▶ **TASK TO COMPLETE**:
Out of the material that follows, write out exactly the lines from the line with "#399=ORIENTED_EDGE('',*,*,#208,.F.);" to the line with "#410=ORIENTED_EDGE('',*,*,#409,.T.);", both ends included, and no others.

▼▼▼

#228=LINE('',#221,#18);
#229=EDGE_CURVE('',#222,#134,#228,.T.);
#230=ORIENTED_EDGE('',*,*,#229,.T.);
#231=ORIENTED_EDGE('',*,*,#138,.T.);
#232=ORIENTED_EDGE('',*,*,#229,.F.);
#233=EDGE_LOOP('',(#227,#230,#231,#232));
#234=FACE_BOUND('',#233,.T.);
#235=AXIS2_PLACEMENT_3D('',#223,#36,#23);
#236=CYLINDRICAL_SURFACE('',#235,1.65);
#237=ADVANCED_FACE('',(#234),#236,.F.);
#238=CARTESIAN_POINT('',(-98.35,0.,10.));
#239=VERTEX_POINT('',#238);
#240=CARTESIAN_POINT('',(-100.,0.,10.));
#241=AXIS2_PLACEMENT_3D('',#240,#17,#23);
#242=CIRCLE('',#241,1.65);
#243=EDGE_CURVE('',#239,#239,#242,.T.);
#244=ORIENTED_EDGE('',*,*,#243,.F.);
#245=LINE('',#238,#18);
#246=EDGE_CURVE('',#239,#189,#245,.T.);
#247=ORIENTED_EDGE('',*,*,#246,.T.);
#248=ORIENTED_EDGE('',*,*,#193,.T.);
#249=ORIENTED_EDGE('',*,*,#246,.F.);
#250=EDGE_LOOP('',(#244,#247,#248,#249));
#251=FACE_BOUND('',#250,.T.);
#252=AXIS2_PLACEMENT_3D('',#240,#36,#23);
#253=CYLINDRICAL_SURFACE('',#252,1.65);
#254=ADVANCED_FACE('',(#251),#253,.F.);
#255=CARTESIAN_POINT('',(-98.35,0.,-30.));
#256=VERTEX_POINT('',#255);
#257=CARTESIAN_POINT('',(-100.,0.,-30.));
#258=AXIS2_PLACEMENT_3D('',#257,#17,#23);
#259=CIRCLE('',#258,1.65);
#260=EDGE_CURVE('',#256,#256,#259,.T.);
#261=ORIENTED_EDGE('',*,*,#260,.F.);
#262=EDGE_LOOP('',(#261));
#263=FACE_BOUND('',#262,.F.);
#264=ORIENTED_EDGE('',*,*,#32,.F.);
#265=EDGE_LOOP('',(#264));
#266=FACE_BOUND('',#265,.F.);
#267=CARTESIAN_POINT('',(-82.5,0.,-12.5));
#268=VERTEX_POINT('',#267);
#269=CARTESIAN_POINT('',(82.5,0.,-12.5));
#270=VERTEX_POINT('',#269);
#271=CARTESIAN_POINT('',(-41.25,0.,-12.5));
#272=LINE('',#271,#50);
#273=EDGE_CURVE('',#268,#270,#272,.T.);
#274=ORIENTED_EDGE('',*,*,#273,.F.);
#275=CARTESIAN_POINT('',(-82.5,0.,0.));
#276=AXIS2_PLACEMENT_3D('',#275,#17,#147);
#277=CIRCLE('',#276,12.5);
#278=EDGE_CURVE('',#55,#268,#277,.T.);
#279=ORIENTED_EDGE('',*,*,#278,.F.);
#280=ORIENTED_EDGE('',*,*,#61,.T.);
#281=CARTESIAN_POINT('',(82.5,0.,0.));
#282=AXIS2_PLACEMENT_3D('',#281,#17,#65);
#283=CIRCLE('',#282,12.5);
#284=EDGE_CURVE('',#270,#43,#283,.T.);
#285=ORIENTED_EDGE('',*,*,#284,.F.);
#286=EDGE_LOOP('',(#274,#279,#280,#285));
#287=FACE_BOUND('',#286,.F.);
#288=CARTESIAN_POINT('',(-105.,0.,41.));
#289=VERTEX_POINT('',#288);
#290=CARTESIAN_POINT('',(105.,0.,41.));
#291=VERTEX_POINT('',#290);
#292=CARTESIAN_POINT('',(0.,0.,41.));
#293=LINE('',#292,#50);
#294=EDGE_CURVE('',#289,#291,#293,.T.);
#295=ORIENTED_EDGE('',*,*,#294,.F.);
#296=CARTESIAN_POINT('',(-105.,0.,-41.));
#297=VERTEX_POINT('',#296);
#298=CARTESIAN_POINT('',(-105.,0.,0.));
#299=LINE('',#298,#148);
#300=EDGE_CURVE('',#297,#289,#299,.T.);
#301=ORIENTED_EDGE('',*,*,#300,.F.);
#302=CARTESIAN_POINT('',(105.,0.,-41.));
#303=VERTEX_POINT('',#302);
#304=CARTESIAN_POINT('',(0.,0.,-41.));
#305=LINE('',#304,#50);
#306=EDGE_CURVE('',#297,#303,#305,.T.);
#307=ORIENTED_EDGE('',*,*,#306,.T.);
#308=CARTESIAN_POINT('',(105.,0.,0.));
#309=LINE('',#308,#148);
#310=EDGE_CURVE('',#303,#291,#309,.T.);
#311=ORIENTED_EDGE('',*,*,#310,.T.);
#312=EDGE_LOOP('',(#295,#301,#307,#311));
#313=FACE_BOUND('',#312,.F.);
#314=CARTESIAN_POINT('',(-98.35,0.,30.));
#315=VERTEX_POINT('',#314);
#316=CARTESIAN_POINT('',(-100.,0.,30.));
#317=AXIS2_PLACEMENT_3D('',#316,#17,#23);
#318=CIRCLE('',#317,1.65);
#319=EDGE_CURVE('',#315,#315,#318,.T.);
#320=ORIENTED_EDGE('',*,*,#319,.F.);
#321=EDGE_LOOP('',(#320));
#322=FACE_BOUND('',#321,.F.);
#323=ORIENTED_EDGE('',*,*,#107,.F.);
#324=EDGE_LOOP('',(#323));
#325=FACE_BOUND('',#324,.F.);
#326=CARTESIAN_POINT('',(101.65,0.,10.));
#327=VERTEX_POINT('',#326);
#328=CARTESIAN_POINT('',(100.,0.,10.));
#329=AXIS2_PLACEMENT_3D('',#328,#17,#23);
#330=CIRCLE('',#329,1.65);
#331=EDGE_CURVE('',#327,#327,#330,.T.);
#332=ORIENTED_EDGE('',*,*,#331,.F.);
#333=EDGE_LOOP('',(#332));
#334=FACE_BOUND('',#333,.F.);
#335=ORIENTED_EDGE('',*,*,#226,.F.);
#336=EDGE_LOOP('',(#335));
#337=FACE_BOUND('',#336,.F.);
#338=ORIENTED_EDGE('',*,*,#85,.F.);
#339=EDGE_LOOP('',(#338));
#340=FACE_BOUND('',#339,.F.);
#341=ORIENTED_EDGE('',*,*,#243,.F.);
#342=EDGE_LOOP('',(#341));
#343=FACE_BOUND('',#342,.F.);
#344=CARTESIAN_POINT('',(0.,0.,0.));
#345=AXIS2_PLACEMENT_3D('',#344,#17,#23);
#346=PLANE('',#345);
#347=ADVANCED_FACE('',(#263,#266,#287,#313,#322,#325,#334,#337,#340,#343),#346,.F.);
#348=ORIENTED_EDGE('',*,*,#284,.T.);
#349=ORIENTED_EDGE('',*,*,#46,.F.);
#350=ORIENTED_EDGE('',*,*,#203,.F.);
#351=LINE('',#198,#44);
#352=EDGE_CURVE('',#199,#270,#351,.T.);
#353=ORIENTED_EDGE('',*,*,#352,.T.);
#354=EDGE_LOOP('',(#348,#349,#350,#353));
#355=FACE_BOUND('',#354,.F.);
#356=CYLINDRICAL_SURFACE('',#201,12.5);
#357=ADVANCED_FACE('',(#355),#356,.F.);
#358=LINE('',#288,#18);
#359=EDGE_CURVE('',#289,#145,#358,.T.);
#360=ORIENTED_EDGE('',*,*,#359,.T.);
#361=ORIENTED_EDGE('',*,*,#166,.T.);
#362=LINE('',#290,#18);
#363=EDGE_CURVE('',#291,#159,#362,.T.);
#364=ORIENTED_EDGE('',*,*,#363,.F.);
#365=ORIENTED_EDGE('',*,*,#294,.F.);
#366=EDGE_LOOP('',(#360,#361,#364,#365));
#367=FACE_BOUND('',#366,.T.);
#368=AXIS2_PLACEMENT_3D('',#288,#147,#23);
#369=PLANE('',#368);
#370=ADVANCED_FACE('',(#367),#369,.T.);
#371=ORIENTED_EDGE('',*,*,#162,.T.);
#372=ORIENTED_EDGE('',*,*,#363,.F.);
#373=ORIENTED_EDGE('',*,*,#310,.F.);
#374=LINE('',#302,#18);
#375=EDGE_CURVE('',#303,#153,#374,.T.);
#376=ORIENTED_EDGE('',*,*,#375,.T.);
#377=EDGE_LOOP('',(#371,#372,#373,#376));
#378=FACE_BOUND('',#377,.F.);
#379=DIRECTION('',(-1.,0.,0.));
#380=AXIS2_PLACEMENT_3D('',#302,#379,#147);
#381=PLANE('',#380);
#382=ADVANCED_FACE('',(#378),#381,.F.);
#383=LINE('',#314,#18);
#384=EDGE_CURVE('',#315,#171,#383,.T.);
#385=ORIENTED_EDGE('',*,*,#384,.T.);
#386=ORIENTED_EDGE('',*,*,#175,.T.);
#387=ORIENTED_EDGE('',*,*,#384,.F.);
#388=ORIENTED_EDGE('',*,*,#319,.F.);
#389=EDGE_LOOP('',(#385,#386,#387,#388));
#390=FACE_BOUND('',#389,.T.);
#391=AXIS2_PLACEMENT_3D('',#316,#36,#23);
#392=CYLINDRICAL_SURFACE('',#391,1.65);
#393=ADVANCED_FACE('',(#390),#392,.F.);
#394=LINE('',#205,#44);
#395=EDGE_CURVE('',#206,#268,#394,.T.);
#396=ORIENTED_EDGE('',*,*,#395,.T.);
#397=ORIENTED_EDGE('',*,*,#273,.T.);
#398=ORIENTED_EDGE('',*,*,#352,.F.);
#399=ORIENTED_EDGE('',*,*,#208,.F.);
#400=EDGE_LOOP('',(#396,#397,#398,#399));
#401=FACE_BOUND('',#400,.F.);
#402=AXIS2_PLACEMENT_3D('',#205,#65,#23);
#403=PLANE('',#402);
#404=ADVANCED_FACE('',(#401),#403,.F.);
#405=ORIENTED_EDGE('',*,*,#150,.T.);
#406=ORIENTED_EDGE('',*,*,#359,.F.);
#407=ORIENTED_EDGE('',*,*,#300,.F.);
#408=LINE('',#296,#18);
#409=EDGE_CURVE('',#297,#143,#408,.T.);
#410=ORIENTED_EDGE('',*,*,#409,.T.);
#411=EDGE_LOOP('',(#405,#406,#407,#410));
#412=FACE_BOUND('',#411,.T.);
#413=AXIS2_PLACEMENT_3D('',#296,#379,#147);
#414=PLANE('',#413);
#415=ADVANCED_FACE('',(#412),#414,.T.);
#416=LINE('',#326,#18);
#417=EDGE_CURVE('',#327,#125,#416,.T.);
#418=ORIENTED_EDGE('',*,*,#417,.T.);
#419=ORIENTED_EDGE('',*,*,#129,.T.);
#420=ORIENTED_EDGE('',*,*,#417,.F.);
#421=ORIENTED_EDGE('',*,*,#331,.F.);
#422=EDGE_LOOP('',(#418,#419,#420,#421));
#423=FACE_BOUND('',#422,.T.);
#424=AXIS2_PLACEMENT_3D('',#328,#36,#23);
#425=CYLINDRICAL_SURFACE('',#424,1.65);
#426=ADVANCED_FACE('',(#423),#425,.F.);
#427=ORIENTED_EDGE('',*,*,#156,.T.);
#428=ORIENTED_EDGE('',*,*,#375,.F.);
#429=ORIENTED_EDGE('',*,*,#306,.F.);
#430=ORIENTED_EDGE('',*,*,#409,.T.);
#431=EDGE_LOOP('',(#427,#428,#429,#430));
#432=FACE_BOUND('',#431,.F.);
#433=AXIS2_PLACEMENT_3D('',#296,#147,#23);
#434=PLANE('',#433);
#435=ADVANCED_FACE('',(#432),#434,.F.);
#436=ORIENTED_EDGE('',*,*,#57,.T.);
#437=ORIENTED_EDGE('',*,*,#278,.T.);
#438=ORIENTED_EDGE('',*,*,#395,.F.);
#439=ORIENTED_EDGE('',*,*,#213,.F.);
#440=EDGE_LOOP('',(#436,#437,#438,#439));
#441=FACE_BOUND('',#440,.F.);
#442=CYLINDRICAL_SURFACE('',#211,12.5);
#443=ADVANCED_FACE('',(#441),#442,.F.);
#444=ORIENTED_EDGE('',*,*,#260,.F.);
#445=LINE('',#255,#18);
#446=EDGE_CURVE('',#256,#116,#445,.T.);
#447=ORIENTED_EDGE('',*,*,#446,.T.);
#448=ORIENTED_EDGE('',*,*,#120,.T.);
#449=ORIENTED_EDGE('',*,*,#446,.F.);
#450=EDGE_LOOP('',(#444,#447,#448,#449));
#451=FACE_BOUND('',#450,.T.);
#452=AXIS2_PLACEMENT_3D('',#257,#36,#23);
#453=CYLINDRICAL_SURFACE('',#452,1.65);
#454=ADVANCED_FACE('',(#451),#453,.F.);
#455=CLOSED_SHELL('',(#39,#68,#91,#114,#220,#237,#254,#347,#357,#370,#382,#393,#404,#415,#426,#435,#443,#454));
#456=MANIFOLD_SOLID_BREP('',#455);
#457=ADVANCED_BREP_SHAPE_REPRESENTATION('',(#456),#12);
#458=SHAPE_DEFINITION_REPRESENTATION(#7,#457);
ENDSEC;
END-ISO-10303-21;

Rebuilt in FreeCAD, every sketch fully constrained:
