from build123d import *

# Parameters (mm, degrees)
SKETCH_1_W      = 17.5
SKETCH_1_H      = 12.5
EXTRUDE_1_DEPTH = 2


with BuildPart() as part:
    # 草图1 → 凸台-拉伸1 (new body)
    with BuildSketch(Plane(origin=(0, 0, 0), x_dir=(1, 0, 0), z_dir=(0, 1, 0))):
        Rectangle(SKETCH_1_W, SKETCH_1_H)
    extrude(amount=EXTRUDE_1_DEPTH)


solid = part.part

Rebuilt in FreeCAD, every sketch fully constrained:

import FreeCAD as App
import Part
import Sketcher

V = App.Vector


def add_polygon(sketch, points):
    """Adds a closed chain of lines whose ends are joined by coincident constraints."""
    first, n = sketch.GeometryCount, len(points)
    for a, b in zip(points, points[1:] + points[:1]):
        sketch.addGeometry(Part.LineSegment(App.Vector(*a, 0), App.Vector(*b, 0)), False)
    for i in range(n):
        sketch.addConstraint(Sketcher.Constraint("Coincident", first + i, 2, first + (i + 1) % n, 1))

doc = App.newDocument("Part")
body = doc.addObject("PartDesign::Body", "Body")

sketch1 = body.newObject("Sketcher::SketchObject", "Sketch")
sketch1.AttachmentSupport = (doc.getObject("XZ_Plane"), [""])
sketch1.MapMode = "FlatFace"
add_polygon(sketch1, [(-8.75, -6.25), (-8.75, 6.25), (8.75, 6.25), (8.75, -6.25)])
sketch1.addConstraint([
    Sketcher.Constraint("Vertical", 0),
    Sketcher.Constraint("Horizontal", 1),
    Sketcher.Constraint("Vertical", 2),
    Sketcher.Constraint("Horizontal", 3),
    Sketcher.Constraint("Symmetric", 0, 2, 2, 2, -1, 1),
    Sketcher.Constraint("DistanceX", 1, 1, 1, 2, 17.5),
    Sketcher.Constraint("DistanceY", 0, 1, 0, 2, 12.5),
])
pad1 = body.newObject("PartDesign::Pad", "Pad")
pad1.Profile = sketch1
pad1.Length = 2
pad1.Reversed = True

doc.recompute()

▲▲▲

▶ **RESPONSE**:
#399=ORIENTED_EDGE('',*,*,#208,.F.);
#400=EDGE_LOOP('',(#396,#397,#398,#399));
#401=FACE_BOUND('',#400,.F.);
#402=AXIS2_PLACEMENT_3D('',#205,#65,#23);
#403=PLANE('',#402);
#404=ADVANCED_FACE('',(#401),#403,.F.);
#405=ORIENTED_EDGE('',*,*,#150,.T.);
#406=ORIENTED_EDGE('',*,*,#359,.F.);
#407=ORIENTED_EDGE('',*,*,#300,.F.);
#408=LINE('',#296,#18);
#409=EDGE_CURVE('',#297,#143,#408,.T.);
#410=ORIENTED_EDGE('',*,*,#409,.T.);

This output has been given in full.